Task to complete: Emit an exact copy of the lines running from the start of the records to the line containing "v 1.25054 0.09385 0.35", both included.

Data items
━━━━━━

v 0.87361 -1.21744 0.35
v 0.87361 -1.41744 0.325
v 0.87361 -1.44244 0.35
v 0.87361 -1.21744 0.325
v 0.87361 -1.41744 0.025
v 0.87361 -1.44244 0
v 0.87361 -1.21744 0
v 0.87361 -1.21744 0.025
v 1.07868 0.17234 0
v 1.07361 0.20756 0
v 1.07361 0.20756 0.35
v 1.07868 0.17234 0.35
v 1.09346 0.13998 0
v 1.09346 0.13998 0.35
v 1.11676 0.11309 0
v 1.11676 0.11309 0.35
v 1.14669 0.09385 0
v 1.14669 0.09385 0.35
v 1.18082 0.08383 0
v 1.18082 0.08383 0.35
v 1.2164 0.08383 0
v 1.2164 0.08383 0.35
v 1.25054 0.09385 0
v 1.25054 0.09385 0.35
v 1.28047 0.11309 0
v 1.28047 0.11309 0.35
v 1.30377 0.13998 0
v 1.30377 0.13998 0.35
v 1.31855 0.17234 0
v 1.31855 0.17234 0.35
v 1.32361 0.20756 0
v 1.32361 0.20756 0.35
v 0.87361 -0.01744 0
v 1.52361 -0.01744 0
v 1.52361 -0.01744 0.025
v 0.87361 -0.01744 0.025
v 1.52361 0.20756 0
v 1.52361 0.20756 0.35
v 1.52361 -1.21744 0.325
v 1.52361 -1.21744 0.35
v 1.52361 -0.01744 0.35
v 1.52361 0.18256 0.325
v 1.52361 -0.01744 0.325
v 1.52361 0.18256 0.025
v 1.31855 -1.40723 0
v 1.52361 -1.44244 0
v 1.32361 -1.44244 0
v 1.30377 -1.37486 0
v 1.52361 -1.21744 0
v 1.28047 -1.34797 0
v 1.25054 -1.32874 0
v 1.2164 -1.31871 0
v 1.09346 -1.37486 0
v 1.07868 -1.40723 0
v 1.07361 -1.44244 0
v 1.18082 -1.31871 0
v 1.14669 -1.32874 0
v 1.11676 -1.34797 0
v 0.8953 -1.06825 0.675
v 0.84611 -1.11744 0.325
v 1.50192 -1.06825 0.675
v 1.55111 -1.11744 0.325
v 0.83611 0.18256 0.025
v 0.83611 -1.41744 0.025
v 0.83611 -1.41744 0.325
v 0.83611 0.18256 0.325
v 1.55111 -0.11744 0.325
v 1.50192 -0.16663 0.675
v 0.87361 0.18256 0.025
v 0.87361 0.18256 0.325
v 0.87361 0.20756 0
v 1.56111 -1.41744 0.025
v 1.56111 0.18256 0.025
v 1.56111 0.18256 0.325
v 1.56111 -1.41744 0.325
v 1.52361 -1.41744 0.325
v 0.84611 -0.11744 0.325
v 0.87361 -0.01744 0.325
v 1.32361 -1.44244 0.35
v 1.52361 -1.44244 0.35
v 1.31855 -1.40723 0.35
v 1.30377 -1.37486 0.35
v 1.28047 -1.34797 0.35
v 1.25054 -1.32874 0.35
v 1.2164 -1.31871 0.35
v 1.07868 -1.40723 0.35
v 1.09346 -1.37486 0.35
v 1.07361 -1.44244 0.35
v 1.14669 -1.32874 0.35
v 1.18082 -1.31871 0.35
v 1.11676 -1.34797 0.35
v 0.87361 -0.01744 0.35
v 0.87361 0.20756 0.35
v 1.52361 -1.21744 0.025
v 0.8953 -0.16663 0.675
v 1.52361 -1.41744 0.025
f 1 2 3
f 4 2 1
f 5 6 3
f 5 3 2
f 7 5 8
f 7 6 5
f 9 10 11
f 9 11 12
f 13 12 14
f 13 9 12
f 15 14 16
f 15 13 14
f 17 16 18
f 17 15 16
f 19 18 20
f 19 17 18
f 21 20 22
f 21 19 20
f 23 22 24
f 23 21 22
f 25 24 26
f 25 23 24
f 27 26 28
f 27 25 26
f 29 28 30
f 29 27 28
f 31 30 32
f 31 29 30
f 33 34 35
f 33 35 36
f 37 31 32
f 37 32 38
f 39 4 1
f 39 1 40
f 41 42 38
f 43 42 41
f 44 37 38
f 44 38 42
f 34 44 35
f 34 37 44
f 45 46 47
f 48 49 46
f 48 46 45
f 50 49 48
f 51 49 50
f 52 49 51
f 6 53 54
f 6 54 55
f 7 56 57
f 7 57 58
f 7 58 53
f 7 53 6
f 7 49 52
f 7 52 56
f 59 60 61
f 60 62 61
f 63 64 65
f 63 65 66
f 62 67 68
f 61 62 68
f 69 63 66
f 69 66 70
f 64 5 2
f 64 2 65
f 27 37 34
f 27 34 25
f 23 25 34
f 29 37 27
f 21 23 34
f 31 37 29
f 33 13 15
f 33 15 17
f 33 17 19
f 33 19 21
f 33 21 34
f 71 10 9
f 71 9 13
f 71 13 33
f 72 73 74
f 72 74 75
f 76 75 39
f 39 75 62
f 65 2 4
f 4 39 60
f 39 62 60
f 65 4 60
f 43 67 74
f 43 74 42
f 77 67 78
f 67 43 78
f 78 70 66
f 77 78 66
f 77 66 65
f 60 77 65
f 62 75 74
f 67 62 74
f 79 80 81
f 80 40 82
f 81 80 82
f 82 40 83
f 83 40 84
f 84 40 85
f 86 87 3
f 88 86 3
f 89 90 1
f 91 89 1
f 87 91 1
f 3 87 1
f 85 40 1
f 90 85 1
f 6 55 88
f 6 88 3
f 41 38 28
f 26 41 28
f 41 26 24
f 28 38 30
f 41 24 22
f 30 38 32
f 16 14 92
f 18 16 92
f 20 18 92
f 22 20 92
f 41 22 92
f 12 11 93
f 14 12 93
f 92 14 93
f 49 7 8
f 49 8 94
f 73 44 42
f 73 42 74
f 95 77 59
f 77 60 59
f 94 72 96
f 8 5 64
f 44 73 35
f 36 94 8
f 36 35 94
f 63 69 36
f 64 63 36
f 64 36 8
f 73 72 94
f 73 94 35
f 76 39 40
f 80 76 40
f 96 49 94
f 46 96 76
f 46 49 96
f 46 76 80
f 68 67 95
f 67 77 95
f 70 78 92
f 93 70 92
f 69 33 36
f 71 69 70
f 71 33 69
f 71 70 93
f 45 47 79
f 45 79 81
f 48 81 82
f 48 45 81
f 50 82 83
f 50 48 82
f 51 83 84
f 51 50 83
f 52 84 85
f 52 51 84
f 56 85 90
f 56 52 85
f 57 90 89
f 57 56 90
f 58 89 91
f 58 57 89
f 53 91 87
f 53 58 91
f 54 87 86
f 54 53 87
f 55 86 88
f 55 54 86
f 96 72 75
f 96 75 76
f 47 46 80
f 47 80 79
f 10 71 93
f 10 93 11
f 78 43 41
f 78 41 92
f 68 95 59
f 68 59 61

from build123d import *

# Parameters (mm, degrees)
RESSALTO_EXTRUS_O1_DEPTH   = 0.35
RESSALTO_EXTRUS_O1_2_DEPTH = 0.35
RESSALTO_EXTRUS_O2_START   = 0.025
RESSALTO_EXTRUS_O2_DEPTH   = 0.3
ESBO_O3_W                  = 0.705
ESBO_O3_H                  = 1
RESSALTO_EXTRUS_O3_DEPTH   = 0.35
RESSALTO_EXTRUS_O3_TAPER   = 8


with BuildPart() as part:
    # Esboço1 → Ressalto-extrusão1 (new body)
    with BuildSketch(Plane.XY):
        with BuildLine():
            Line((0.873613743, 0.20755841), (1.073613743, 0.20755841))
            ThreePointArc((1.073613743, 0.20755841), (1.198613743, 0.08255841), (1.323613743, 0.20755841))
            Line((1.323613743, 0.20755841), (1.523613743, 0.20755841))
            Line((1.523613743, 0.20755841), (1.523613743, -0.01744159))
            Line((1.523613743, -0.01744159), (0.873613743, -0.01744159))
            Line((0.873613743, -0.01744159), (0.873613743, 0.20755841))
        make_face()
    extrude(amount=RESSALTO_EXTRUS_O1_DEPTH)



with BuildPart() as body_2:
    # Esboço1 → Ressalto-extrus_o1 2 (new body)
    with BuildSketch(Plane.XY):
        with BuildLine():
            Line((0.873613743, -1.21744159), (1.523613743, -1.21744159))
            Line((1.523613743, -1.21744159), (1.523613743, -1.44244159))
            Line((1.523613743, -1.44244159), (1.323613743, -1.44244159))
            ThreePointArc((1.323613743, -1.44244159), (1.198613743, -1.31744159), (1.073613743, -1.44244159))
            Line((1.073613743, -1.44244159), (0.873613743, -1.44244159))
            Line((0.873613743, -1.44244159), (0.873613743, -1.21744159))
        make_face()
    extrude(amount=RESSALTO_EXTRUS_O1_2_DEPTH)


with BuildPart() as part_1:
    add(part.part)

    add(body_2.part)  # Ressalto-extrusão2 merges body 2
    # Esboço2 → Ressalto-extrusão2 (add)
    with BuildSketch(Plane.XY.offset(RESSALTO_EXTRUS_O2_START)):
        with BuildLine():
            Line((0.836113743, 0.18255841), (1.023613743, 0.18255841))
            ThreePointArc((1.023613743, 0.18255841), (1.198613743, 0.00755841), (1.373613743, 0.18255841))
            Line((1.373613743, 0.18255841), (1.561113743, 0.18255841))
            Line((1.561113743, 0.18255841), (1.561113743, -1.41744159))
            Line((1.561113743, -1.41744159), (1.373613743, -1.41744159))
            ThreePointArc((1.373613743, -1.41744159), (1.198613743, -1.24244159), (1.023613743, -1.41744159))
            Line((1.023613743, -1.41744159), (0.836113743, -1.41744159))
            Line((0.836113743, -1.41744159), (0.836113743, 0.18255841))
        make_face()
    extrude(amount=RESSALTO_EXTRUS_O2_DEPTH)

    # Esboço3 → Ressalto-extrusão3 (add)
    with BuildSketch(Plane.XY.offset(0.325)):
        with Locations((1.198613743, -0.61744159)):
            Rectangle(ESBO_O3_W, ESBO_O3_H)
    extrude(amount=RESSALTO_EXTRUS_O3_DEPTH, taper=RESSALTO_EXTRUS_O3_TAPER)


solid = part_1.part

━━━━━━

Reply to the exercise:
v 0.87361 -1.21744 0.35
v 0.87361 -1.41744 0.325
v 0.87361 -1.44244 0.35
v 0.87361 -1.21744 0.325
v 0.87361 -1.41744 0.025
v 0.87361 -1.44244 0
v 0.87361 -1.21744 0
v 0.87361 -1.21744 0.025
v 1.07868 0.17234 0
v 1.07361 0.20756 0
v 1.07361 0.20756 0.35
v 1.07868 0.17234 0.35
v 1.09346 0.13998 0
v 1.09346 0.13998 0.35
v 1.11676 0.11309 0
v 1.11676 0.11309 0.35
v 1.14669 0.09385 0
v 1.14669 0.09385 0.35
v 1.18082 0.08383 0
v 1.18082 0.08383 0.35
v 1.2164 0.08383 0
v 1.2164 0.08383 0.35
v 1.25054 0.09385 0
v 1.25054 0.09385 0.35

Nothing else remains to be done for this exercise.